Figure 3: SOAR's convergence characteristics, demonstrating that the integration of both CJSO and DSS consistently achieves lower reconstruction MSE compared to CJSO in isolation.
Experimental Analysis
Zero-Shot and Reasoning Accuracy
SOAR demonstrates robust accuracy improvements over previous NVFP4 quantization baselines such as 4over6 and RaZeR on diverse LLM model sizes and architectures (LLaMA, Qwen, etc.). For example, on Qwen3-8B, SOAR yields an average zero-shot accuracy of 70.68, a +1.93 point improvement over the plain NVFP4 baseline and +0.56 over RaZeR. Similar gains are observed on reasoning benchmarks such as MMLU and GSM8K, indicating SOAR's effectiveness in preserving knowledge and logical competence under low-precision constraints.
Ablation and Generalization
Ablation results highlight the distinct and complementary contributions of CJSO and DSS. While CJSO alone provides substantial improvements by analytically adapting scales to block statistics, incorporating DSS yields further error reduction by precisely controlling quantization noise attributed to hardware constraints. Notably, when DSS is ported to other microscaling regimes (e.g., MXFP4), consistent accuracy improvements are observed, supporting the generality of SOAR's approach.
SOAR's improvements incur no increase in storage or inference-time costs: the ฮq scales are used purely in the optimization phase and not required at runtime. The stored quantized format (FP4 weights + FP8 dequantization scale + FP32 global scale) remains identical to prior NVFP4 methods. Quantization time is competitive, with execution for modern billion-parameter models measured in minutes.
Implications and Future Directions
SOAR's analytical and architectural contributions provide several practical and theoretical implications:
- Enhanced Quantization Fidelity: By systematically minimizing both representation and hardware-induced scale errors, SOAR achieves high-accuracy quantization at 4-bit precision with no extra memory consumption or latency overhead, making it well-suited for efficient deployment on edge or data center hardware supporting NVFP4.

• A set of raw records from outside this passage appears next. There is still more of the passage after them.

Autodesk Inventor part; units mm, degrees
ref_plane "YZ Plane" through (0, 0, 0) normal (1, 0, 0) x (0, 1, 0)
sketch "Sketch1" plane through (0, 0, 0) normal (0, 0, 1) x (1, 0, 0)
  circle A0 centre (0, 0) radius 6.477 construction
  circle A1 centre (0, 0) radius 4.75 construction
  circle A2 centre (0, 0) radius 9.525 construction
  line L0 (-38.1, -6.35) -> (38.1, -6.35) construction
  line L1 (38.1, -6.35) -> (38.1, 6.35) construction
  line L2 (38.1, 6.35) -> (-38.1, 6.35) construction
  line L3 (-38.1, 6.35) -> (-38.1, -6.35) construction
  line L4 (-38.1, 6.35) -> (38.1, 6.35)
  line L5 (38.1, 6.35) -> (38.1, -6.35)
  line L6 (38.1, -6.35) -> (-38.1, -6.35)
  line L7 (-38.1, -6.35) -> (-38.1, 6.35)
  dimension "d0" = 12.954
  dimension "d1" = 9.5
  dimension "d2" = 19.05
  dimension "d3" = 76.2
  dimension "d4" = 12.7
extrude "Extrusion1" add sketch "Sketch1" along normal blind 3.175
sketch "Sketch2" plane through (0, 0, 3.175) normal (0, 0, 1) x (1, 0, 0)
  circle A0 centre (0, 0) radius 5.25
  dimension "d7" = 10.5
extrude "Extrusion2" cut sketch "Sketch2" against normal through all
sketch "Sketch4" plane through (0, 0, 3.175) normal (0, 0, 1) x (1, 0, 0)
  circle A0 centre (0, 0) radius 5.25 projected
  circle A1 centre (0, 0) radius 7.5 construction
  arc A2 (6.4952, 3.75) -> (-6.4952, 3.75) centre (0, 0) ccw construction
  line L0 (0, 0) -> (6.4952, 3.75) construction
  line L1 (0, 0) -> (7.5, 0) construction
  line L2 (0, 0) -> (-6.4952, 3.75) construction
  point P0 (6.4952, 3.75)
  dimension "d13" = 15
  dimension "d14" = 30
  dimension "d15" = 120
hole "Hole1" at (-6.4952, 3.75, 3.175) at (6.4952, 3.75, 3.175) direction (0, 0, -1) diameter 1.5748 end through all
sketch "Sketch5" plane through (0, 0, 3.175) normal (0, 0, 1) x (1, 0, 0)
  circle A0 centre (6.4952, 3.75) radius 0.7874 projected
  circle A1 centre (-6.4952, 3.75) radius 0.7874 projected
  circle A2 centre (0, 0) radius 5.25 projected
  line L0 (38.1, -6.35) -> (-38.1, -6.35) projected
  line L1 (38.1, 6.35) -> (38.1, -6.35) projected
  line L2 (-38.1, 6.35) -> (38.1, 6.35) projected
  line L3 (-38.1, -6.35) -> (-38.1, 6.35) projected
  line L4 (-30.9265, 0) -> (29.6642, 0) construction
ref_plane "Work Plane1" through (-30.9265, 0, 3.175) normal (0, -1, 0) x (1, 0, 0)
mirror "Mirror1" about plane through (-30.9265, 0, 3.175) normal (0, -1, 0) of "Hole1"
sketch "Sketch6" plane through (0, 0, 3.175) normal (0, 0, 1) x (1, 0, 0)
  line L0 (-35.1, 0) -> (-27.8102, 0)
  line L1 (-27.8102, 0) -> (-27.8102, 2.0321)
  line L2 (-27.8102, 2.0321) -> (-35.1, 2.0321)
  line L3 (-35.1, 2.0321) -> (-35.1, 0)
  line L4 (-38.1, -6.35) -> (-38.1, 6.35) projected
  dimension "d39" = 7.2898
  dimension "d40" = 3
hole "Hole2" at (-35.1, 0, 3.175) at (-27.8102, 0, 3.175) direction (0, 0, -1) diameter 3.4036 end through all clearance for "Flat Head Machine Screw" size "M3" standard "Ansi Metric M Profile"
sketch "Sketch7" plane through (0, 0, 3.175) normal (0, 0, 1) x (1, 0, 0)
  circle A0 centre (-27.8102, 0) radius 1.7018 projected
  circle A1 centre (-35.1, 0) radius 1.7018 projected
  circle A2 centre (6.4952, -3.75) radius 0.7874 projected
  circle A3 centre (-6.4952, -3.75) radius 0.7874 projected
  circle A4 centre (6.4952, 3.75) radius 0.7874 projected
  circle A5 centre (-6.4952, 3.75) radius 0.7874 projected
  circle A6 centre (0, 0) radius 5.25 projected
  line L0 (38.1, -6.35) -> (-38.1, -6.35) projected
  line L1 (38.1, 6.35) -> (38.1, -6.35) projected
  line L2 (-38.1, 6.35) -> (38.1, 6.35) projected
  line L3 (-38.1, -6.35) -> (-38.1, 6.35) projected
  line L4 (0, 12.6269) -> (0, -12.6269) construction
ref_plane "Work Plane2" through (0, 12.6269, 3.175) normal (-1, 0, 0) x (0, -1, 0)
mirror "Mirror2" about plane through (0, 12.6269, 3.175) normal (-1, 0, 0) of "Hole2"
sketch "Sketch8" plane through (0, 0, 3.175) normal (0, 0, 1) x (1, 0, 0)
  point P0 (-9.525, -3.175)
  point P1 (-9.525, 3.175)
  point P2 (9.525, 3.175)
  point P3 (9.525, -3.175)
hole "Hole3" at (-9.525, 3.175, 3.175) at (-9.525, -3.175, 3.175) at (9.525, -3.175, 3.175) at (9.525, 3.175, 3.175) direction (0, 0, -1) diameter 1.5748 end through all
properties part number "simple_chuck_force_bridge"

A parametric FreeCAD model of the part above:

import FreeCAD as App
import Part
import Sketcher

V = App.Vector
Q = App.Units.Quantity


def add_polygon(sketch, points):
    """Adds a closed chain of lines whose ends are joined by coincident constraints."""
    first, n = sketch.GeometryCount, len(points)
    for a, b in zip(points, points[1:] + points[:1]):
        sketch.addGeometry(Part.LineSegment(App.Vector(*a, 0), App.Vector(*b, 0)), False)
    for i in range(n):
        sketch.addConstraint(Sketcher.Constraint("Coincident", first + i, 2, first + (i + 1) % n, 1))

doc = App.newDocument("Part")
params = doc.addObject("Spreadsheet::Sheet", "Params")
for row, (alias, value) in enumerate([
    ("sketch1_width", "3 in"),
    ("sketch1_height", "0.5 in"),
    ("pad1_length", "0.125 in"),
    ("sketch3_diameter", "0.062 in"),
    ("hole_diameter", "0.062 in"),
    ("sketch4_diameter", "0.134 in"),
    ("hole2_diameter", "0.134 in"),
    ("sketch5_diameter", "0.062 in"),
    ("hole3_diameter", "0.062 in"),
], start=1):
    params.set(f"A{row}", alias)
    params.set(f"B{row}", "=" + value)
    params.setAlias(f"B{row}", alias)

body = doc.addObject("PartDesign::Body", "Body")

sketch1 = body.newObject("Sketcher::SketchObject", "Sketch")
sketch1.AttachmentSupport = (doc.getObject("XY_Plane"), [""])
sketch1.MapMode = "FlatFace"
add_polygon(sketch1, [(38.1, 6.35), (-38.1, 6.35), (-38.1, -6.35), (38.1, -6.35)])
sketch1.addConstraint([
    Sketcher.Constraint("Horizontal", 0),
    Sketcher.Constraint("Vertical", 1),
    Sketcher.Constraint("Horizontal", 2),
    Sketcher.Constraint("Vertical", 3),
    Sketcher.Constraint("Symmetric", 0, 2, 2, 2, -1, 1),
    Sketcher.Constraint("DistanceX", 0, 2, 0, 1, Q("3 in")),
    Sketcher.Constraint("DistanceY", 1, 2, 1, 1, Q("0.5 in")),
])
sketch1.setExpression("Constraints[9]", "Params.sketch1_width")
sketch1.setExpression("Constraints[10]", "Params.sketch1_height")
pad1 = body.newObject("PartDesign::Pad", "Pad")
pad1.Profile = sketch1
pad1.setExpression("Length", "Params.pad1_length")

sketch2 = body.newObject("Sketcher::SketchObject", "Sketch001")
sketch2.AttachmentSupport = (doc.getObject("XY_Plane"), [""])
sketch2.MapMode = "FlatFace"
sketch2.AttachmentOffset = App.Placement(V(0, 0, 0.125 * 25.4), App.Rotation())
sketch2.addGeometry(Part.Circle(V(0, 0, 0), V(0, 0, 1), 5.25), False)
sketch2.addConstraint([
    Sketcher.Constraint("Coincident", 0, 3, -1, 1),
    Sketcher.Constraint("Diameter", 0, Q("10.5 mm")),
])
pocket1 = body.newObject("PartDesign::Pocket", "Pocket")
pocket1.Profile = sketch2
pocket1.Type = "ThroughAll"

sketch3 = body.newObject("Sketcher::SketchObject", "Sketch002")
sketch3.AttachmentSupport = (doc.getObject("XY_Plane"), [""])
sketch3.MapMode = "FlatFace"
sketch3.AttachmentOffset = App.Placement(V(0, 0, 0.125 * 25.4), App.Rotation())
sketch3.addGeometry([
    Part.Circle(V(-6.4952, 3.75, 0), V(0, 0, 1), 0.7874),
    Part.Circle(V(6.4952, 3.75, 0), V(0, 0, 1), 0.7874),
], False)
sketch3.addConstraint([
    Sketcher.Constraint("Equal", 0, 1),
    Sketcher.Constraint("Symmetric", 0, 3, 1, 3, -2),
    Sketcher.Constraint("Diameter", 0, Q("0.062 in")),
    Sketcher.Constraint("DistanceX", 0, 3, -1, 1, Q("6.4952 mm")),
    Sketcher.Constraint("DistanceY", -1, 1, 0, 3, Q("3.75 mm")),
])
sketch3.setExpression("Constraints[2]", "Params.sketch3_diameter")
doc.recompute()
hole = body.newObject("PartDesign::Hole", "Hole")
hole.Profile = sketch3
hole.ThreadType = "None"
hole.setExpression("Diameter", "Params.hole_diameter")
hole.DepthType = "ThroughAll"
doc.recompute()

mirrored = body.newObject("PartDesign::Mirrored", "Mirrored")
mirrored.Originals = [hole]
mirrored.MirrorPlane = (doc.getObject("XZ_Plane"), [""])
body.Tip = mirrored

sketch4 = body.newObject("Sketcher::SketchObject", "Sketch003")
sketch4.AttachmentSupport = (doc.getObject("XY_Plane"), [""])
sketch4.MapMode = "FlatFace"
sketch4.AttachmentOffset = App.Placement(V(0, 0, 0.125 * 25.4), App.Rotation())
sketch4.addGeometry([
    Part.Circle(V(-35.1, 0, 0), V(0, 0, 1), 1.7018),
    Part.Circle(V(-27.8102, 0, 0), V(0, 0, 1), 1.7018),
], False)
sketch4.addConstraint([
    Sketcher.Constraint("Equal", 0, 1),
    Sketcher.Constraint("PointOnObject", 0, 3, -1),
    Sketcher.Constraint("PointOnObject", 1, 3, -1),
    Sketcher.Constraint("Diameter", 0, Q("0.134 in")),
    Sketcher.Constraint("DistanceX", 0, 3, 1, 3, Q("0.287 in")),
    Sketcher.Constraint("DistanceX", 0, 3, -1, 1, Q("1.3819 in")),
])
sketch4.setExpression("Constraints[3]", "Params.sketch4_diameter")
doc.recompute()
hole2 = body.newObject("PartDesign::Hole", "Hole001")
hole2.Profile = sketch4
hole2.ThreadType = "None"
hole2.setExpression("Diameter", "Params.hole2_diameter")
hole2.DepthType = "ThroughAll"
doc.recompute()

mirrored2 = body.newObject("PartDesign::Mirrored", "Mirrored001")
mirrored2.Originals = [hole2]
mirrored2.MirrorPlane = (doc.getObject("YZ_Plane"), [""])
body.Tip = mirrored2

sketch5 = body.newObject("Sketcher::SketchObject", "Sketch004")
sketch5.AttachmentSupport = (doc.getObject("XY_Plane"), [""])
sketch5.MapMode = "FlatFace"
sketch5.AttachmentOffset = App.Placement(V(0, 0, 0.125 * 25.4), App.Rotation())
sketch5.addGeometry([
    Part.Circle(V(-9.525, 3.175, 0), V(0, 0, 1), 0.7874),
    Part.Circle(V(-9.525, -3.175, 0), V(0, 0, 1), 0.7874),
    Part.Circle(V(9.525, -3.175, 0), V(0, 0, 1), 0.7874),
    Part.Circle(V(9.525, 3.175, 0), V(0, 0, 1), 0.7874),
], False)
sketch5.addConstraint([
    Sketcher.Constraint("Equal", 0, 1),
    Sketcher.Constraint("Equal", 1, 2),
    Sketcher.Constraint("Equal", 2, 3),
    Sketcher.Constraint("Symmetric", 0, 3, 2, 3, -1, 1),
    Sketcher.Constraint("Symmetric", 1, 3, 3, 3, -1, 1),
    Sketcher.Constraint("Symmetric", 1, 3, 2, 3, -2),
    Sketcher.Constraint("Diameter", 0, Q("0.062 in")),
    Sketcher.Constraint("DistanceY", 1, 3, 0, 3, Q("0.25 in")),
    Sketcher.Constraint("DistanceX", 1, 3, 2, 3, Q("0.75 in")),
])
sketch5.setExpression("Constraints[6]", "Params.sketch5_diameter")
doc.recompute()
hole3 = body.newObject("PartDesign::Hole", "Hole002")
hole3.Profile = sketch5
hole3.ThreadType = "None"
hole3.setExpression("Diameter", "Params.hole3_diameter")
hole3.DepthType = "ThroughAll"

doc.recompute()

- Generalization Potential: The decoupled scale search mechanism is broadly applicable to other microscaling quantization formats or quantization-aware training scenarios, positioning SOAR as a foundation for further algorithm-hardware co-design.
- Synergy with Calibration-Aware Methods: Although calibration-free by design, SOAR is compatible with data-driven quantization frameworks (e.g., GPTQ), suggesting future research directions combining analytical scale optimization with calibration-data-induced channel weighting.
- Extension to Activation-Aware Objectives: Future developments may further integrate layerwise output distortion minimization using calibration activations as auxiliary objectives, enabling activation-aware scale optimization for even higher downstream task fidelity.
Conclusion
SOAR provides a mathematically principled and practically efficient framework for NVFP4 quantization, integrating closed-form analytical scaling and hardware-constrained scale search to systematically reduce quantization errors. The demonstrated generality across LLM architectures and compatibility with established PTQ frameworks underscores SOAR's utility both as a drop-in post-training solution and as a platform for future innovation in precision-efficient model deployment.